Entrevistando oito famílias com filhas adolescentes grávidas, de baixa renda, eles viram que muitos pais travam na hora de falar sobre sexo com os filhos, principalmente por não saberem o que nós, jovens, pensamos sobre sexo.
A distância faz com que eles – isso mesmo, os pais – fiquem inseguros para conversar. Pra gente, que é jovem, é estranho pensar que seu pai ou sua mãe estão inseguros com você.
A pesquisa apontou também que a falta de diálogo vivida pelos pais quando eles eram adolescentes influenciam na falta de comunicação com os filhos quando o assunto é sexo.
É que, quanto menos se fala sobre sexo, mais fica difícil falar, mais ele vira tabu e assunto distante. E mais ele traz problemas porque não é consciente, tranquilo e respeitoso entre os parceiros. Aí menos se fala e a bola de neve só cresce.
Foi o que rolou com a mãe da Carolina*, Ana*. Ela engravidou aos 16 anos e o pai, que na época tinha 18, assumiu o bebê, mas foi preso cinco meses após o nascimento da filha.
Adolescente e sem a presença do pai, Ana se sentiu humilhada e só encontrou apoio em sua mãe, que ajuda a criar Carolina e suas irmãs até hoje, apesar do pai já estar em liberdade.
Carolina* acha que Ana* fugiu de falar de sexo na esperança de que o silêncio sobre o assunto protegesse a filha. “Ela sempre me diz que não quer que eu passe pelo que ela passou. É muito reservada para falar sobre sexo.”
Conversei com várias amigas pra saber se rola falar de sexo na família e a impressão foi sempre bem parecida com a da Carolina*. Parece que a lógica da Ana* é a de muitos pais: não falar sobre sexo poderia impedir que as meninas façam.


Foto: Stray-Ink92/CC-BY


E a dificuldade costuma ser maior pras meninas, pelo que ouvi perto de mim, já que os meninos têm uma iniciação sexual mais aberta – e muitas vezes cercada de cobrança.
Cristiano*, 16, percebe em casa essa diferença entre meninos e meninas. Com ele, sexo sempre foi um assunto tratado tranquilamente, já com a irmã mais velha fica a cobrança por “se guardar”. Enquanto ela foi ensinada que o sexo só deve fazer parte de sua vida depois do casamento, ele teve a primeira conversa aos 14 anos, iniciada pelo pai.

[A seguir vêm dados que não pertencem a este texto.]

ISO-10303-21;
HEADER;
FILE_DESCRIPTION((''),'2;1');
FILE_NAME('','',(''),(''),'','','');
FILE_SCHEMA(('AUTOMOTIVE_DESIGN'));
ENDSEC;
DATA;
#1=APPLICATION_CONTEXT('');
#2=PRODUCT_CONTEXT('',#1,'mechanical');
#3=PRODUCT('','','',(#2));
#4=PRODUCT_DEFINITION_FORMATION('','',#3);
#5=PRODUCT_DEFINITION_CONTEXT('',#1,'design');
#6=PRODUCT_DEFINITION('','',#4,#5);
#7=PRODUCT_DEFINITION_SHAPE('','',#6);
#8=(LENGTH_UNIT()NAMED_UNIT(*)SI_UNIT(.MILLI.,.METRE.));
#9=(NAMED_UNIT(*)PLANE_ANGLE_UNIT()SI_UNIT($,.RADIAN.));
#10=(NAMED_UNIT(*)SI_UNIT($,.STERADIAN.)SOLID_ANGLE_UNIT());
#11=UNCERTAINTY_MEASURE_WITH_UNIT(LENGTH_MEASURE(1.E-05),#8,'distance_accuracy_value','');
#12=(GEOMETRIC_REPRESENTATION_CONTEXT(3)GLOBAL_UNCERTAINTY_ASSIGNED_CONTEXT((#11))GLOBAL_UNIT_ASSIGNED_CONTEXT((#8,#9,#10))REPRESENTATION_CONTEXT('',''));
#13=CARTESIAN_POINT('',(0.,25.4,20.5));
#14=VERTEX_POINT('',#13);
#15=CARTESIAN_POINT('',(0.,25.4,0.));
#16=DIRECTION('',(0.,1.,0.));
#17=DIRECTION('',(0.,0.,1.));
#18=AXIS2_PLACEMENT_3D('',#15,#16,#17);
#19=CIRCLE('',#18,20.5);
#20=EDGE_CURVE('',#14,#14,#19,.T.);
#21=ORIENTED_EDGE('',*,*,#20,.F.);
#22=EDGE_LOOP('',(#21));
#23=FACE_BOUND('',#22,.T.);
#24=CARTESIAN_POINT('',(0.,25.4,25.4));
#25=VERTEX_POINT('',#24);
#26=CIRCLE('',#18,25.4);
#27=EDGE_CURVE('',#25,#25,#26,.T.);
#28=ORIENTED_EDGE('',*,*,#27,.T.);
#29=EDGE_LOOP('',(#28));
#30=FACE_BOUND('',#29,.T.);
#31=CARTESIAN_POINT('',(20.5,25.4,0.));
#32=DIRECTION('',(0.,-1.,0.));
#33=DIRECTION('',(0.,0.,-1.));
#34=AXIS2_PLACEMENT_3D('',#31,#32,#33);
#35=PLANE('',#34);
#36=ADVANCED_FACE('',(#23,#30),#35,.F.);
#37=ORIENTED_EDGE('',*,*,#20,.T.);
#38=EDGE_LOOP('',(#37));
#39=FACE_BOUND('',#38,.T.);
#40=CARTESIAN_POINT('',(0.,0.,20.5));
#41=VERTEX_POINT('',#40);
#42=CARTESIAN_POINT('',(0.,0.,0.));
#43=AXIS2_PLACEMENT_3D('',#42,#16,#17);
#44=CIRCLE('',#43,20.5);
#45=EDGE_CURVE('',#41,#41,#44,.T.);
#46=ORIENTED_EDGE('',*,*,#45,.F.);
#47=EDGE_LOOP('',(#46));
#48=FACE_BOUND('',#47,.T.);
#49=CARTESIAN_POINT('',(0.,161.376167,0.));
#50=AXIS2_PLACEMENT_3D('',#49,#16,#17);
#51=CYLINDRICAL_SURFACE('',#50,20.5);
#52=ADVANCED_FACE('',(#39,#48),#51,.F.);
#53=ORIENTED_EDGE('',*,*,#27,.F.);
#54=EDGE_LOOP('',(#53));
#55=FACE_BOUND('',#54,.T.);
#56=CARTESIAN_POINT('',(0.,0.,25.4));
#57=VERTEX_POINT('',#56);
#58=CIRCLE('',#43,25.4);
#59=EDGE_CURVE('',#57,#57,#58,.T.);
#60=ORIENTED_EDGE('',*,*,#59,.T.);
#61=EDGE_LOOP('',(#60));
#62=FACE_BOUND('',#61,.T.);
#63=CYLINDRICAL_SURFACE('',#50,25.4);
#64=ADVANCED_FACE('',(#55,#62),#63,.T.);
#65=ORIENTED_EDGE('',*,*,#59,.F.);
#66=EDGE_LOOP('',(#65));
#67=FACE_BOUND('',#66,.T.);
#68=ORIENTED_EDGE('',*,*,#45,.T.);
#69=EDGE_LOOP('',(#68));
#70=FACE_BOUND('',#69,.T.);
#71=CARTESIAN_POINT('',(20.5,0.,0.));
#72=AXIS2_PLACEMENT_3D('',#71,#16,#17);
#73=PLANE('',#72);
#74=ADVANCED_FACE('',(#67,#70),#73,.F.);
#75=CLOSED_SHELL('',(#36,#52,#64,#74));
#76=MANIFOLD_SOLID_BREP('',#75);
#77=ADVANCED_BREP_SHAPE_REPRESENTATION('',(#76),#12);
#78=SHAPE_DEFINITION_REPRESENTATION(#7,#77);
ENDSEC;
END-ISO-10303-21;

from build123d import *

# Parameters (mm, degrees)
SKETCH_1_W = 4.9
SKETCH_1_H = 25.4


with BuildPart() as part:
    # 草图1 → 旋转1 (revolve)
    with BuildSketch(Plane.XY, mode=Mode.PRIVATE) as revolve_1_sk:
        with Locations((22.95, 12.7)):
            Rectangle(SKETCH_1_W, SKETCH_1_H)
    revolve(revolve_1_sk.sketch.rotate(Axis((0, 161.376166943, 0), (0, -1, 0)), 90), axis=Axis((0, 161.376166943, 0), (0, -1, 0)))  # turned: the seam where the file's is


solid = part.part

Fui perguntar a uma especialista no assunto se isso faz sentido. Elânia Francisca, educadora sexual, me disse que o efeito é contrário.
“Se a adolescente não encontra espaço de confiança em casa para falar sobre sexo sem ser julgada, ela certamente irá procurar em outro lugar: com amigos da mesma idade – e que também são inexperientes – ou até com adultos que não são tão confiáveis.”
É pra que o sexo seja natural, bonito e responsável que ele precisa entrar na conversa da família desde cedo, orienta Elânia.
“A sexualidade de meninas e meninos deve ser tratada antes da primeira relação sexual e aos poucos. Os pais precisam falar sobre sexo com os filhos desde a infância.”
Por mais que o assunto pareça difícil, o sexo tem que ser tratado como qualquer questão, com respeito, explica Elânia.
Eu, por exemplo, só comecei a falar sobre sexo em casa quando minha mãe colocou o assunto na roda e falou sobre a experiência dela quando era jovem.
Depois disso consigo vê-la como uma amiga e compreendi que não tem nada de errado em se ter sexualidade e falar sobre sexo. Hoje, me sinto mais à vontade para contar e perguntar e também deixo minha mãe à vontade para me orientar, colocando limite na minha privacidade.
Precisamos falar disso
Sexo é assunto de família, sim: é importante, inevitável e é preciso informação pra fazer direito. Por isso, vale lançar o assunto aos poucos e tentar tornar sexo o que ele é: natural – seja pra gente como filho ou pra eles como pais.
Se a conversa não rolar ou não for suficiente, busque gente mais experiente e de confiança pra tirar as dúvidas, diz a educadora sexual.
“Se, mesmo depois de tentar estabelecer diálogo com os pais aos poucos, a adolescente não conseguir, a melhor opção é procurar adultos de confiança, como profissionais da saúde e educação.”